__Aim of the exercise__
Each record below needs to be set down again exactly.

__Supplied records__
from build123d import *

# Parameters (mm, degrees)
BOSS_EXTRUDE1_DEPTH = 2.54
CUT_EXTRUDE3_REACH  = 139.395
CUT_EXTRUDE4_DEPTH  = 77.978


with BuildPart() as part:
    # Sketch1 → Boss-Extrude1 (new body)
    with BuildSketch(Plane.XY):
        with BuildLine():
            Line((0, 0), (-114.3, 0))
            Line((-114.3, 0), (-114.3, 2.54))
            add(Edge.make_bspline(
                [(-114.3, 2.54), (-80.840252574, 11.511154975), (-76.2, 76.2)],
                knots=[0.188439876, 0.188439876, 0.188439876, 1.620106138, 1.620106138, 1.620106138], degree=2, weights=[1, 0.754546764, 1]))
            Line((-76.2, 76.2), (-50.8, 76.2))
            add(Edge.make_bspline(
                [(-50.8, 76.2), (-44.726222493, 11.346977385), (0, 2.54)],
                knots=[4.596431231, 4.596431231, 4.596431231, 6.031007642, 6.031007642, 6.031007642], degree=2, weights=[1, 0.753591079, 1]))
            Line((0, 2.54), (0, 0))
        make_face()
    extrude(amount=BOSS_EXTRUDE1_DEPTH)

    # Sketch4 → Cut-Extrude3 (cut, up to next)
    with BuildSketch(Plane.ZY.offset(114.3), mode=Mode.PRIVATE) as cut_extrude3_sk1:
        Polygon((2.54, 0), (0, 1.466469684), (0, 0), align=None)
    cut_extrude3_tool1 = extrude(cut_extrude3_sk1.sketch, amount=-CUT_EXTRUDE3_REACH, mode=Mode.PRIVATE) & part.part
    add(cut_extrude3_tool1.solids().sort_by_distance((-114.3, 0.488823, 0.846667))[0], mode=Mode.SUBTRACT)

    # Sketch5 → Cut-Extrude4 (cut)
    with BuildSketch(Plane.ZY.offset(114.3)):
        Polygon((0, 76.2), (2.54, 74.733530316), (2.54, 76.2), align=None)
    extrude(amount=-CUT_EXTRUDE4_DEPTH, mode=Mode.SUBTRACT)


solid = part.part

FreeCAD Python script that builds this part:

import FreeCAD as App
import Part
import Sketcher
Q = App.Units.Quantity

doc = App.newDocument("Part")
body = doc.addObject("PartDesign::Body", "Body")

# Sketch on XY plane
sketch1 = body.newObject("Sketcher::SketchObject", "Sketch")
sketch1.AttachmentSupport = (doc.getObject("XY_Plane"), [""])
sketch1.MapMode = "FlatFace"
sketch1.addGeometry([
    Part.LineSegment(App.Vector(-114.3, 0, 0), App.Vector(0, 0, 0)),  # 0
    Part.LineSegment(App.Vector(0, 0, 0), App.Vector(0, 2.54, 0)),  # 1
    Part.BSplineCurve([App.Vector(-50.8, 76.2, 0), App.Vector(-44.726222, 11.346977, 0), App.Vector(0, 2.54, 0)], [3, 3], [4.596431231, 6.031007642], False, 2, [1, 0.753591079, 1], False),  # 2
    Part.LineSegment(App.Vector(-50.8, 76.2, 0), App.Vector(-76.2, 76.2, 0)),  # 3
    Part.BSplineCurve([App.Vector(-114.3, 2.54, 0), App.Vector(-80.840253, 11.511155, 0), App.Vector(-76.2, 76.2, 0)], [3, 3], [0.188439876, 1.620106138], False, 2, [1, 0.754546764, 1], False),  # 4
    Part.LineSegment(App.Vector(-114.3, 2.54, 0), App.Vector(-114.3, 0, 0)),  # 5
], False)
sketch1.addConstraint([
    Sketcher.Constraint("Block", 2),
    Sketcher.Constraint("Block", 4),
    Sketcher.Constraint("Coincident", 0, 2, 1, 1),
    Sketcher.Constraint("Coincident", 1, 2, 2, 2),
    Sketcher.Constraint("Coincident", 2, 1, 3, 1),
    Sketcher.Constraint("Coincident", 3, 2, 4, 2),
    Sketcher.Constraint("Coincident", 4, 1, 5, 1),
    Sketcher.Constraint("Coincident", 5, 2, 0, 1),
    Sketcher.Constraint("Horizontal", 0),
    Sketcher.Constraint("Vertical", 1),
    Sketcher.Constraint("Vertical", 5),
    Sketcher.Constraint("PointOnObject", 5, 2, -1),
])
pad1 = body.newObject("PartDesign::Pad", "Pad")
pad1.Profile = sketch1
pad1.Length = Q("0.1 in")

# Sketch on YZ plane
sketch2 = body.newObject("Sketcher::SketchObject", "Sketch001")
sketch2.AttachmentSupport = (doc.getObject("YZ_Plane"), [""])
sketch2.MapMode = "FlatFace"
sketch2.AttachmentOffset = App.Placement(App.Vector(0, 0, -4.5 * 25.4), App.Rotation())
sketch2.addGeometry([
    Part.LineSegment(App.Vector(0, 2.5, 0), App.Vector(1.5, 0, 0)),
    Part.LineSegment(App.Vector(1.5, 0, 0), App.Vector(0, 0, 0)),
    Part.LineSegment(App.Vector(0, 0, 0), App.Vector(0, 2.5, 0)),
], False)
sketch2.addConstraint([
    Sketcher.Constraint("Coincident", 0, 2, 1, 1),
    Sketcher.Constraint("Coincident", 1, 2, 2, 1),
    Sketcher.Constraint("Coincident", 2, 2, 0, 1),
    Sketcher.Constraint("Horizontal", 1),
    Sketcher.Constraint("Vertical", 2),
    Sketcher.Constraint("Coincident", 1, 2, -1, 1),
    Sketcher.Constraint("DistanceY", 2, 1, 2, 2, Q("0.1 in")),
    Sketcher.Constraint("Angle", 0, Q("-60 deg")),
])
pocket1 = body.newObject("PartDesign::Pocket", "Pocket")
pocket1.Profile = sketch2
pocket1.Type = "UpToFirst"
pocket1.Reversed = True

# Sketch on YZ plane
sketch3 = body.newObject("Sketcher::SketchObject", "Sketch002")
sketch3.AttachmentSupport = (doc.getObject("YZ_Plane"), [""])
sketch3.MapMode = "FlatFace"
sketch3.AttachmentOffset = App.Placement(App.Vector(0, 0, -4.5 * 25.4), App.Rotation())
sketch3.addGeometry([
    Part.LineSegment(App.Vector(76.2, 0, 0), App.Vector(74.7, 2.5, 0)),
    Part.LineSegment(App.Vector(74.7, 2.5, 0), App.Vector(76.2, 2.5, 0)),
    Part.LineSegment(App.Vector(76.2, 2.5, 0), App.Vector(76.2, 0, 0)),
], False)
sketch3.addConstraint([
    Sketcher.Constraint("Coincident", 0, 2, 1, 1),
    Sketcher.Constraint("Coincident", 1, 2, 2, 1),
    Sketcher.Constraint("Coincident", 2, 2, 0, 1),
    Sketcher.Constraint("Horizontal", 1),
    Sketcher.Constraint("Vertical", 2),
    Sketcher.Constraint("PointOnObject", 2, 2, -1),
    Sketcher.Constraint("DistanceY", 2, 2, 2, 1, Q("0.1 in")),
    Sketcher.Constraint("DistanceX", -1, 1, 1, 2, Q("3 in")),
    Sketcher.Constraint("Angle", 0, Q("120 deg")),
])
pocket2 = body.newObject("PartDesign::Pocket", "Pocket001")
pocket2.Profile = sketch3
pocket2.Length = Q("3.07 in")
pocket2.Reversed = True

doc.recompute()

__Completed task__
from build123d import *

# Parameters (mm, degrees)
BOSS_EXTRUDE1_DEPTH = 2.54
CUT_EXTRUDE3_REACH  = 139.395
CUT_EXTRUDE4_DEPTH  = 77.978


with BuildPart() as part:
    # Sketch1 → Boss-Extrude1 (new body)
    with BuildSketch(Plane.XY):
        with BuildLine():
            Line((0, 0), (-114.3, 0))
            Line((-114.3, 0), (-114.3, 2.54))
            add(Edge.make_bspline(
                [(-114.3, 2.54), (-80.840252574, 11.511154975), (-76.2, 76.2)],
                knots=[0.188439876, 0.188439876, 0.188439876, 1.620106138, 1.620106138, 1.620106138], degree=2, weights=[1, 0.754546764, 1]))
            Line((-76.2, 76.2), (-50.8, 76.2))
            add(Edge.make_bspline(
                [(-50.8, 76.2), (-44.726222493, 11.346977385), (0, 2.54)],
                knots=[4.596431231, 4.596431231, 4.596431231, 6.031007642, 6.031007642, 6.031007642], degree=2, weights=[1, 0.753591079, 1]))
            Line((0, 2.54), (0, 0))
        make_face()
    extrude(amount=BOSS_EXTRUDE1_DEPTH)

    # Sketch4 → Cut-Extrude3 (cut, up to next)
    with BuildSketch(Plane.ZY.offset(114.3), mode=Mode.PRIVATE) as cut_extrude3_sk1:
        Polygon((2.54, 0), (0, 1.466469684), (0, 0), align=None)
    cut_extrude3_tool1 = extrude(cut_extrude3_sk1.sketch, amount=-CUT_EXTRUDE3_REACH, mode=Mode.PRIVATE) & part.part
    add(cut_extrude3_tool1.solids().sort_by_distance((-114.3, 0.488823, 0.846667))[0], mode=Mode.SUBTRACT)

    # Sketch5 → Cut-Extrude4 (cut)
    with BuildSketch(Plane.ZY.offset(114.3)):
        Polygon((0, 76.2), (2.54, 74.733530316), (2.54, 76.2), align=None)
    extrude(amount=-CUT_EXTRUDE4_DEPTH, mode=Mode.SUBTRACT)


solid = part.part

FreeCAD Python script that builds this part:

import FreeCAD as App
import Part
import Sketcher
Q = App.Units.Quantity

doc = App.newDocument("Part")
body = doc.addObject("PartDesign::Body", "Body")

# Sketch on XY plane
sketch1 = body.newObject("Sketcher::SketchObject", "Sketch")
sketch1.AttachmentSupport = (doc.getObject("XY_Plane"), [""])
sketch1.MapMode = "FlatFace"
sketch1.addGeometry([
    Part.LineSegment(App.Vector(-114.3, 0, 0), App.Vector(0, 0, 0)),  # 0
    Part.LineSegment(App.Vector(0, 0, 0), App.Vector(0, 2.54, 0)),  # 1
    Part.BSplineCurve([App.Vector(-50.8, 76.2, 0), App.Vector(-44.726222, 11.346977, 0), App.Vector(0, 2.54, 0)], [3, 3], [4.596431231, 6.031007642], False, 2, [1, 0.753591079, 1], False),  # 2
    Part.LineSegment(App.Vector(-50.8, 76.2, 0), App.Vector(-76.2, 76.2, 0)),  # 3
    Part.BSplineCurve([App.Vector(-114.3, 2.54, 0), App.Vector(-80.840253, 11.511155, 0), App.Vector(-76.2, 76.2, 0)], [3, 3], [0.188439876, 1.620106138], False, 2, [1, 0.754546764, 1], False),  # 4
    Part.LineSegment(App.Vector(-114.3, 2.54, 0), App.Vector(-114.3, 0, 0)),  # 5
], False)
sketch1.addConstraint([
    Sketcher.Constraint("Block", 2),
    Sketcher.Constraint("Block", 4),
    Sketcher.Constraint("Coincident", 0, 2, 1, 1),
    Sketcher.Constraint("Coincident", 1, 2, 2, 2),
    Sketcher.Constraint("Coincident", 2, 1, 3, 1),
    Sketcher.Constraint("Coincident", 3, 2, 4, 2),
    Sketcher.Constraint("Coincident", 4, 1, 5, 1),
    Sketcher.Constraint("Coincident", 5, 2, 0, 1),
    Sketcher.Constraint("Horizontal", 0),
    Sketcher.Constraint("Vertical", 1),
    Sketcher.Constraint("Vertical", 5),
    Sketcher.Constraint("PointOnObject", 5, 2, -1),
])
pad1 = body.newObject("PartDesign::Pad", "Pad")
pad1.Profile = sketch1
pad1.Length = Q("0.1 in")

# Sketch on YZ plane
sketch2 = body.newObject("Sketcher::SketchObject", "Sketch001")
sketch2.AttachmentSupport = (doc.getObject("YZ_Plane"), [""])
sketch2.MapMode = "FlatFace"
sketch2.AttachmentOffset = App.Placement(App.Vector(0, 0, -4.5 * 25.4), App.Rotation())
sketch2.addGeometry([
    Part.LineSegment(App.Vector(0, 2.5, 0), App.Vector(1.5, 0, 0)),
    Part.LineSegment(App.Vector(1.5, 0, 0), App.Vector(0, 0, 0)),
    Part.LineSegment(App.Vector(0, 0, 0), App.Vector(0, 2.5, 0)),
], False)
sketch2.addConstraint([
    Sketcher.Constraint("Coincident", 0, 2, 1, 1),
    Sketcher.Constraint("Coincident", 1, 2, 2, 1),
    Sketcher.Constraint("Coincident", 2, 2, 0, 1),
    Sketcher.Constraint("Horizontal", 1),
    Sketcher.Constraint("Vertical", 2),
    Sketcher.Constraint("Coincident", 1, 2, -1, 1),
    Sketcher.Constraint("DistanceY", 2, 1, 2, 2, Q("0.1 in")),
    Sketcher.Constraint("Angle", 0, Q("-60 deg")),
])
pocket1 = body.newObject("PartDesign::Pocket", "Pocket")
pocket1.Profile = sketch2
pocket1.Type = "UpToFirst"
pocket1.Reversed = True

# Sketch on YZ plane
sketch3 = body.newObject("Sketcher::SketchObject", "Sketch002")
sketch3.AttachmentSupport = (doc.getObject("YZ_Plane"), [""])
sketch3.MapMode = "FlatFace"
sketch3.AttachmentOffset = App.Placement(App.Vector(0, 0, -4.5 * 25.4), App.Rotation())
sketch3.addGeometry([
    Part.LineSegment(App.Vector(76.2, 0, 0), App.Vector(74.7, 2.5, 0)),
    Part.LineSegment(App.Vector(74.7, 2.5, 0), App.Vector(76.2, 2.5, 0)),
    Part.LineSegment(App.Vector(76.2, 2.5, 0), App.Vector(76.2, 0, 0)),
], False)
sketch3.addConstraint([
    Sketcher.Constraint("Coincident", 0, 2, 1, 1),
    Sketcher.Constraint("Coincident", 1, 2, 2, 1),
    Sketcher.Constraint("Coincident", 2, 2, 0, 1),
    Sketcher.Constraint("Horizontal", 1),
    Sketcher.Constraint("Vertical", 2),
    Sketcher.Constraint("PointOnObject", 2, 2, -1),
    Sketcher.Constraint("DistanceY", 2, 2, 2, 1, Q("0.1 in")),
    Sketcher.Constraint("DistanceX", -1, 1, 1, 2, Q("3 in")),
    Sketcher.Constraint("Angle", 0, Q("120 deg")),
])
pocket2 = body.newObject("PartDesign::Pocket", "Pocket001")
pocket2.Profile = sketch3
pocket2.Length = Q("3.07 in")
pocket2.Reversed = True

doc.recompute()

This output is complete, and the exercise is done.